The poor in spirit, the little children, and those who are persecuted for righteousness sake all share in common one and the same promise, which Jesus bestows in the present tense: for theirs is (or to such belongs) the kingdom of heaven.
This second half of the first Beatitudes elicits two important thoughts: First, Jesus teaches us to trust Him and His Word despite our feelings and external circumstances. A disciple of Jesus is in a position of blessedness, vouchsafed by the words of Jesus. His authoritative Word transcends all temporary and external circumstances of daily life in this fallen world. As it is written: “Let God be true though every one were a liar” (Rom 3:4).

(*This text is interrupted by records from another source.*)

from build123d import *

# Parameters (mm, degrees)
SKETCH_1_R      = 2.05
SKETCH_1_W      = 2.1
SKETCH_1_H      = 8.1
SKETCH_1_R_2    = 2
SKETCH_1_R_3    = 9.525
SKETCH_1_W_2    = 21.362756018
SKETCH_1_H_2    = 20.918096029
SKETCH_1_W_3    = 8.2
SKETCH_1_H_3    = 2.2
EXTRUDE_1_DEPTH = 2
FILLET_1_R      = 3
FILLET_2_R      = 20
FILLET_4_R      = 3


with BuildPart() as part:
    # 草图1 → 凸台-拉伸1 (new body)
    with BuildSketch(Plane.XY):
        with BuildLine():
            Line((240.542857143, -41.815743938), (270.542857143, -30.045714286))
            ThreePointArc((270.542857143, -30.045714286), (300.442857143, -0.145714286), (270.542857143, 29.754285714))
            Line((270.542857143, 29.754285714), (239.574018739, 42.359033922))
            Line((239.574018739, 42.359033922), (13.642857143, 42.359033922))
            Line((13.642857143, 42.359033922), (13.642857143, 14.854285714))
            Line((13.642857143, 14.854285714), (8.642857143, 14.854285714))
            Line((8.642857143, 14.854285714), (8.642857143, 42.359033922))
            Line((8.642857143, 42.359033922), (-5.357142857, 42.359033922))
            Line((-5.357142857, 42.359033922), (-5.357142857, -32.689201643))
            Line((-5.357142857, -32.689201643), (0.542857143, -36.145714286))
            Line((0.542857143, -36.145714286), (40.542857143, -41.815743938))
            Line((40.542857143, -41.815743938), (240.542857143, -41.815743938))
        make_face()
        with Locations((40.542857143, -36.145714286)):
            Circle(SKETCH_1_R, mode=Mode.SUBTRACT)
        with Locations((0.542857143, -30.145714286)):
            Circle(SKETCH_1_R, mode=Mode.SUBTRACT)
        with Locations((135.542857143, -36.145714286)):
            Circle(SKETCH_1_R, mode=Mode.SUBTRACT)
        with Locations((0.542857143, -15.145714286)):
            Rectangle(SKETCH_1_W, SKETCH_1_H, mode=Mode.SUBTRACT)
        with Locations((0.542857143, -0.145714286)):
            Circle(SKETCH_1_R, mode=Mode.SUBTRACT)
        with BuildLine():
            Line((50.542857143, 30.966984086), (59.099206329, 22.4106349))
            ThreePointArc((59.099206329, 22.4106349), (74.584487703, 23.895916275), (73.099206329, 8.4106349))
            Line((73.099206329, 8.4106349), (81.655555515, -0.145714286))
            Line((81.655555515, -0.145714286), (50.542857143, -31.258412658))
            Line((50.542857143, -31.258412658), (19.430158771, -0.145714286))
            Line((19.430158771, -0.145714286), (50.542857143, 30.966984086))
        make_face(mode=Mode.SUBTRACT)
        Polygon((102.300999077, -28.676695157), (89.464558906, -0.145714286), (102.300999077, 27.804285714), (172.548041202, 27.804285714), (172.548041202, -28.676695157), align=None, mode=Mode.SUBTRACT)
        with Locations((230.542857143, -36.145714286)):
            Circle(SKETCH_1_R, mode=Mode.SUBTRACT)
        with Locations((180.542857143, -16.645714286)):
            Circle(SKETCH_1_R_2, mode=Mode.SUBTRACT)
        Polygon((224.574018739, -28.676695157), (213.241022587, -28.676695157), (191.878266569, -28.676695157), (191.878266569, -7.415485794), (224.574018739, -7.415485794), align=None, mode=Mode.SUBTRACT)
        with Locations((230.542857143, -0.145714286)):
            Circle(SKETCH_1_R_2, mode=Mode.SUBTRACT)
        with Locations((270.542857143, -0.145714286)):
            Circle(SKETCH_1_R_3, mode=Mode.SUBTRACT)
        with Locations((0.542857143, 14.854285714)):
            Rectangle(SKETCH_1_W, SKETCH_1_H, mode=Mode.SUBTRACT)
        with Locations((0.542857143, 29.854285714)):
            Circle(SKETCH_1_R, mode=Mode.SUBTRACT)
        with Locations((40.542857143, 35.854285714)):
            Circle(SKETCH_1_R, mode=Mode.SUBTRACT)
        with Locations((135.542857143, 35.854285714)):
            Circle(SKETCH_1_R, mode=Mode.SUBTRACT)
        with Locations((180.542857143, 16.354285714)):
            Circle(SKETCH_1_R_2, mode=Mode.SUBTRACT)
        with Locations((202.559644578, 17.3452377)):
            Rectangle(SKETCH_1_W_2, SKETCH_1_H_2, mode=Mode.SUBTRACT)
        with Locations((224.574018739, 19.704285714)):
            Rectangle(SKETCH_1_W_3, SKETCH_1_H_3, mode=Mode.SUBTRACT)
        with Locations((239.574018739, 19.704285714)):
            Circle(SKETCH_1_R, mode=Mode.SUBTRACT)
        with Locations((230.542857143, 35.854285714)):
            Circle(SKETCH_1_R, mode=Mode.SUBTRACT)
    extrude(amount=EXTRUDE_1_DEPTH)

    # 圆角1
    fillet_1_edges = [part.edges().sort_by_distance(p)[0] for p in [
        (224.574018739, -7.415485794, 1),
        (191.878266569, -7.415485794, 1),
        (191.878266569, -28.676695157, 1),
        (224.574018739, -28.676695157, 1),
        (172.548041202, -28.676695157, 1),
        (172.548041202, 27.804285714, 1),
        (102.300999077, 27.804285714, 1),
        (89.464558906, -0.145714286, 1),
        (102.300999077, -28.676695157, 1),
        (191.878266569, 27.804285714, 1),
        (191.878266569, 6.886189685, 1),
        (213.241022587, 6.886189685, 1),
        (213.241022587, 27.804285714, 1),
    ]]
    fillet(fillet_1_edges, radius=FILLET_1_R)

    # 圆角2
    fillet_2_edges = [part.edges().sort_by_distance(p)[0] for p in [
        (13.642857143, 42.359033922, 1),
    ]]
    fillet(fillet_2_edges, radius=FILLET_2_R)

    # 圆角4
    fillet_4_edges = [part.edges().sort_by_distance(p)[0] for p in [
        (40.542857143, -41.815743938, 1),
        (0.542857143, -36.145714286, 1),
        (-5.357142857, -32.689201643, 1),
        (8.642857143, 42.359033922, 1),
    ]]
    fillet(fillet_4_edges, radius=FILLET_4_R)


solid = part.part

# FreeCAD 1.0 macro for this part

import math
import FreeCAD as App
import Part
import Sketcher

V = App.Vector
Q = App.Units.Quantity


def edges_at(feature, points):
    """Names of the edges that pass closest to the given points."""
    edges = feature.Shape.Edges
    near = lambda p: min(range(len(edges)), key=lambda i: edges[i].distToShape(Part.Vertex(*p))[0])
    return sorted({f"Edge{near(p) + 1}" for p in points})

doc = App.newDocument("Part")
body = doc.addObject("PartDesign::Body", "Body")

# Sketch on XY plane
sketch1 = body.newObject("Sketcher::SketchObject", "Sketch")
sketch1.AttachmentSupport = (doc.getObject("XY_Plane"), [""])
sketch1.MapMode = "FlatFace"
sketch1.addGeometry([
    Part.LineSegment(V(240.5, -41.8, 0), V(270.5, -30, 0)),  # 0
    Part.ArcOfCircle(Part.Circle(V(270.5, -0.1, 0), V(0, 0, 1), 29.9), math.radians(-90), math.radians(90)),  # 1
    Part.LineSegment(V(270.5, 29.8, 0), V(239.6, 42.4, 0)),  # 2
    Part.LineSegment(V(239.6, 42.4, 0), V(13.6, 42.4, 0)),  # 3
    Part.LineSegment(V(13.6, 42.4, 0), V(13.6, 14.9, 0)),  # 4
    Part.LineSegment(V(13.6, 14.9, 0), V(8.6, 14.9, 0)),  # 5
    Part.LineSegment(V(8.6, 14.9, 0), V(8.6, 42.4, 0)),  # 6
    Part.LineSegment(V(8.6, 42.4, 0), V(-5.4, 42.4, 0)),  # 7
    Part.LineSegment(V(-5.4, 42.4, 0), V(-5.4, -32.7, 0)),  # 8
    Part.LineSegment(V(-5.4, -32.7, 0), V(0.5, -36.1, 0)),  # 9
    Part.LineSegment(V(0.5, -36.1, 0), V(40.5, -41.8, 0)),  # 10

Second, although a disciple may and often does suffer external and temporary poverty of spirit in countless ways during this life, Jesus has added the promise of His kingdom to strengthen our faith and grant us consolation, that we might fix our hope in Him and His eternal kingdom and learn to see with eyes of faith the true nature of our existence as children of our Father who is in heaven.
“And when Jesus finished these sayings, the crowds were astonished at his teaching” (Matt 7:28)
Although the Sermon on the Mount was addressed to His disciples, Jesus preached publically, astonishing the crowds who had gathered to hear Him. By including the crowds in the audience, Jesus preaches to all of us and invites all of us to find our places within His sermon. Are you poor in spirit? Are you a pious man or woman who expects to be rewarded with wealth and honor in this life? Are you suffering injustice or persecution, expecting Jesus to bring you temporal justice and equity?
These questions are the same basic questions that were on the minds of the crowds who first heard Jesus preach the gospel of the kingdom. They were important questions then, and they remain important questions today. I imagine that our individual places within the story are more fluid than we might initially think as our faith is constantly tested by the circumstances (good and bad) of everyday life.
Perhaps we might even add a couple questions of a more contemporary nature: Is the message of Jesus simply the opium of the people? Or, slightly less inflammatory: Is the message of Jesus a purely spiritual gospel, without any relevance to the mundane lives of Christian people living in a diverse and increasingly secular society?
I am persuaded that the vitality of Christianity in America depends on how our churches teach the gospel of the kingdom and how we as individual disciples of Jesus answer these questions. Amen.